Your instructions –
Can you restate the lines of the entries below, word for word, from the first one through the line that includes "v -12.49 -50 5.5"?

Data to use –
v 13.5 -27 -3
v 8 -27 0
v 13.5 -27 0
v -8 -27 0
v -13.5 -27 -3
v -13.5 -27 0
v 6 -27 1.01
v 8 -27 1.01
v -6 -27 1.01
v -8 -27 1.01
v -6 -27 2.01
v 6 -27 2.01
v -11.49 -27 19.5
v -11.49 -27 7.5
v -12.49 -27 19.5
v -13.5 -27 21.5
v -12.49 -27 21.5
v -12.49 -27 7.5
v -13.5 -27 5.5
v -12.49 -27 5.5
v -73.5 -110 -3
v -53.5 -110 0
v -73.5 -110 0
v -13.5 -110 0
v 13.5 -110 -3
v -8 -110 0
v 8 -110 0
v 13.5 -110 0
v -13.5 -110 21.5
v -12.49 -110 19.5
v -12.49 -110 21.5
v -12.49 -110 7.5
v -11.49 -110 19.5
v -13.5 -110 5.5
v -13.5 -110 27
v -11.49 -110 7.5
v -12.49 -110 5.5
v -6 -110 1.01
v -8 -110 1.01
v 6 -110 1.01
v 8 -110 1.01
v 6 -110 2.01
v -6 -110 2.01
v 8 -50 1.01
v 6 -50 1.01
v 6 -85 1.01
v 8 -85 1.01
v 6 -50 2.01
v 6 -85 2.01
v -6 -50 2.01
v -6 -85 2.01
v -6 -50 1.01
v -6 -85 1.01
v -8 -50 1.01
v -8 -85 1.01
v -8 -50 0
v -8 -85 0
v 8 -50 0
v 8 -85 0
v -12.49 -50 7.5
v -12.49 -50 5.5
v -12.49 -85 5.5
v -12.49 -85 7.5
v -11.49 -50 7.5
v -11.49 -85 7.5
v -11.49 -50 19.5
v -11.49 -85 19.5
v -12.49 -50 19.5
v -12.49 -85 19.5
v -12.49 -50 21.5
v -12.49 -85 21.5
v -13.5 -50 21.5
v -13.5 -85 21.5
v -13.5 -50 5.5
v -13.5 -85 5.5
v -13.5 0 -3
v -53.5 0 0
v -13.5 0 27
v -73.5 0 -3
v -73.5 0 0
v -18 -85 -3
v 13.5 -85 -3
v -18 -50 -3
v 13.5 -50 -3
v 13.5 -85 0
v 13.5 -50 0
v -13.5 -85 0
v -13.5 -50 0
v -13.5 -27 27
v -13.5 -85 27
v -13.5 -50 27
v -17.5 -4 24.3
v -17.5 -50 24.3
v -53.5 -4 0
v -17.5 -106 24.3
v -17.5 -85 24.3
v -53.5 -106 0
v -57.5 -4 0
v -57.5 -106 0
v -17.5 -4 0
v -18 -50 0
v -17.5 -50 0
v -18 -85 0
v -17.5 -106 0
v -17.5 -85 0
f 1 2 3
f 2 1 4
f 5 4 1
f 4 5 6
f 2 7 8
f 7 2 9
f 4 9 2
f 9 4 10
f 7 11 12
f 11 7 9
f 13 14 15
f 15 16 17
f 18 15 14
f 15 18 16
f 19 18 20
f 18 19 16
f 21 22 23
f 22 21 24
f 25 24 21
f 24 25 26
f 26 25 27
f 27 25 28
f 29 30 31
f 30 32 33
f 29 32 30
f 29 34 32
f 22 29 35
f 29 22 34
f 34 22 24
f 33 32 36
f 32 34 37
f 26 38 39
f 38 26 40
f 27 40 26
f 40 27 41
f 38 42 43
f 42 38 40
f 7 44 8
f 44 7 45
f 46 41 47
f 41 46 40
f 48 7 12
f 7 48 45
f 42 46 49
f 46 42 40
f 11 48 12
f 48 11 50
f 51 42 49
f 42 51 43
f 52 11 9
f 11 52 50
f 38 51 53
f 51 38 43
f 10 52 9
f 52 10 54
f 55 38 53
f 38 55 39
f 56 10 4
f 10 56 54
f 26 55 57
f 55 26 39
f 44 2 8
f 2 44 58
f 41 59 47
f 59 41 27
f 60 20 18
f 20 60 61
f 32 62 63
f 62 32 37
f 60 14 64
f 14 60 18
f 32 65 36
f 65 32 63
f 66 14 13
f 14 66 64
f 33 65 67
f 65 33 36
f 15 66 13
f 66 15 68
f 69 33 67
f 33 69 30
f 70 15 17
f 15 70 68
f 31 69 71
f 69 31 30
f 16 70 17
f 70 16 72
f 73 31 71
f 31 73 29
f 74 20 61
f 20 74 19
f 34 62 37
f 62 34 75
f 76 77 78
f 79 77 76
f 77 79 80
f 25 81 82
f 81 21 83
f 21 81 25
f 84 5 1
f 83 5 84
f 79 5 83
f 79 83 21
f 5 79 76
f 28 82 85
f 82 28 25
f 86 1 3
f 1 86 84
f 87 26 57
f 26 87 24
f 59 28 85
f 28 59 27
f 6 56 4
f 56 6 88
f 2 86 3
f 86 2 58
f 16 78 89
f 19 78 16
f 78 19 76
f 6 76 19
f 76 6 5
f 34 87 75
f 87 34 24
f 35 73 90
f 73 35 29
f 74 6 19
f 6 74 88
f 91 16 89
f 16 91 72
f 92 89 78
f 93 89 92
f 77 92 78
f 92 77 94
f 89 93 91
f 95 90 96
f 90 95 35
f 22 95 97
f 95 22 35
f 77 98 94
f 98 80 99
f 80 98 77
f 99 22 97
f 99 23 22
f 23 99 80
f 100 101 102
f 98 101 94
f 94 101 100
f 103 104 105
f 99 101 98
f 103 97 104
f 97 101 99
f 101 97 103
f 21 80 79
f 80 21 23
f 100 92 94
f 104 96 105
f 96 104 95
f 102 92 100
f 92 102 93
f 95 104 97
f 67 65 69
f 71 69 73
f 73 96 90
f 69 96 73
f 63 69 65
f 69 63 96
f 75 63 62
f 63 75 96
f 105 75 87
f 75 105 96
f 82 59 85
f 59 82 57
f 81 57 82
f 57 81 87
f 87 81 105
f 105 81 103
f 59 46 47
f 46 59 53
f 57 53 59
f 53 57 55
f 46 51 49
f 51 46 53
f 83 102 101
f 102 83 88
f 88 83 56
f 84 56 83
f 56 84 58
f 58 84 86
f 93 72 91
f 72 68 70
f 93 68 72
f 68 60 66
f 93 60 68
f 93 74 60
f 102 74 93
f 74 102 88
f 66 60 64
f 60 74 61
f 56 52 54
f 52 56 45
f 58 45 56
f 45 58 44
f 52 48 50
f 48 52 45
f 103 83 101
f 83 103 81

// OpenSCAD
// file: includes/k8200_rail.scad
module k8200_rail(){
    translate([0,-0.5])
    union(){
        linear_extrude(rlen){
            translate([0,1])square([16,1.02],center=true);
            translate([0,2])square([12,1.02],center=true);
        }
    }
}

module k8200_rail_dual(){
    translate([0,0,0])k8200_rail(rlen=rlen);
    translate([-13.5,13.5,0])rotate([0,0,-90])k8200_rail(rlen=rlen);
}

module k8200_rail_profile(){
    k=8;
    difference(){
        minkowski(){
            translate([k/2,k/2,0])cylinder(d=k,h=rlen/2,$fn=30);
            translate([-26.999/2,0,0])cube([26.999-k,26.999-k,rlen/2]);
        }
        #k8200_rail_dual(rlen=40);
        rotate([0,0,180])translate([0,-27,0])k8200_rail_dual(rlen=40);
    }
}

//k8200_rail(rlen=40);
//k8200_rail_dual(rlen=40);
//k8200_rail_profile(rlen=40);
// file: includes/config.scad
$fn=32;

nema_size_x = 42.3;
nema_size_y = 42.3;
nema_screw = 4;
nema_screw_cap = 8;
nema_hole_spacing = 31;
nema_center_hole = 22;

x = 27.35; //bolt hole spacing
y = 45;

X_rod_diameter = 10;
Y_rod_diameter = 8;
Z_rod_diameter = 10; //smooth rod

Z_bearing_dia = 15;
Z_bearing_h = 25;

block_bolt_size = 4;
block_bolt_head = 9;
z_nut = 13;
z_rod = 8; //threaded rod
z_motor_bolt = 5.5;
d_spacer=12;
d_bolt=5;
clearance = 0.25;
// file: includes/adjustments.scad
//these two are needed otherwise you need to put them in
//if you forget it'll complain about unknown variables.
$fn=32;
center=false;

module nut()
{
cylinder(d=(2*(tan(30)*nut_size)),h=nut_h, center=center, $fn=6); // don't do anything here
    //echo ("point to point:"); // this just echoes
    //echo ((tan(30)*nut_size)*2); //the diameter of a circle that will encompass the exterior of the hexagonal shape.
}

module hole()
{ 

    //hole = size of the hole
    //h = height
    cylinder(d=(hole_dia+(hole_dia-(cos(360 / (2*$fn)) * hole_dia) )),h=h,center=center,$fn=$fn); 
    //echo ("real hole diameter");
    //echo ((hole_dia+(hole_dia-(cos(360 / (2*$fn)) * hole_dia) )));
}
// main file
$fn=32;
include <includes/adjustments.scad>
include <includes/config.scad>
include <includes/k8200_rail.scad>

//size of the PSU, most of it is just for reference as only the width is used
psu_length = 200;
psu_width = 110;
psu_height = 50;

rlen = psu_width-27;//-27 because it hangs over a bit of the extrusion that runs 90 degrees

rotate([90,0])
difference(){
    union(){
        color("blue")translate([0,0,27])k8200_rail_dual(); //bit that clips into the extrusions

        color("red")linear_extrude(psu_width){ //support brace triangle + flat upright
            polygon(
                points = [[-13.5,0],[-13.5,27],[-13.5-40,0]]);
                
            polygon(
                points = [[13.5,0],[13.5,-3],[-13.5-60,-3],[-13.5-60,0]]);
        }
    }   
    color("green")translate([-4,0,4])linear_extrude(psu_width-8)//the back brace support triangle cutout
        polygon(
            points = [[-13.5,0],[-13.5,27],[-13.5-40,0]]);
    //below can be removed for extra strength, cutouts just to try to lessen the print time/material used
        translate([-18,-6,50])cube([50,50,psu_width-75]);
        translate([-13.5,-6,0])cube([50,50,27]);
}
    


//k8200_rail_profile();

Solution to this task –
v 13.5 -27 -3
v 8 -27 0
v 13.5 -27 0
v -8 -27 0
v -13.5 -27 -3
v -13.5 -27 0
v 6 -27 1.01
v 8 -27 1.01
v -6 -27 1.01
v -8 -27 1.01
v -6 -27 2.01
v 6 -27 2.01
v -11.49 -27 19.5
v -11.49 -27 7.5
v -12.49 -27 19.5
v -13.5 -27 21.5
v -12.49 -27 21.5
v -12.49 -27 7.5
v -13.5 -27 5.5
v -12.49 -27 5.5
v -73.5 -110 -3
v -53.5 -110 0
v -73.5 -110 0
v -13.5 -110 0
v 13.5 -110 -3
v -8 -110 0
v 8 -110 0
v 13.5 -110 0
v -13.5 -110 21.5
v -12.49 -110 19.5
v -12.49 -110 21.5
v -12.49 -110 7.5
v -11.49 -110 19.5
v -13.5 -110 5.5
v -13.5 -110 27
v -11.49 -110 7.5
v -12.49 -110 5.5
v -6 -110 1.01
v -8 -110 1.01
v 6 -110 1.01
v 8 -110 1.01
v 6 -110 2.01
v -6 -110 2.01
v 8 -50 1.01
v 6 -50 1.01
v 6 -85 1.01
v 8 -85 1.01
v 6 -50 2.01
v 6 -85 2.01
v -6 -50 2.01
v -6 -85 2.01
v -6 -50 1.01
v -6 -85 1.01
v -8 -50 1.01
v -8 -85 1.01
v -8 -50 0
v -8 -85 0
v 8 -50 0
v 8 -85 0
v -12.49 -50 7.5
v -12.49 -50 5.5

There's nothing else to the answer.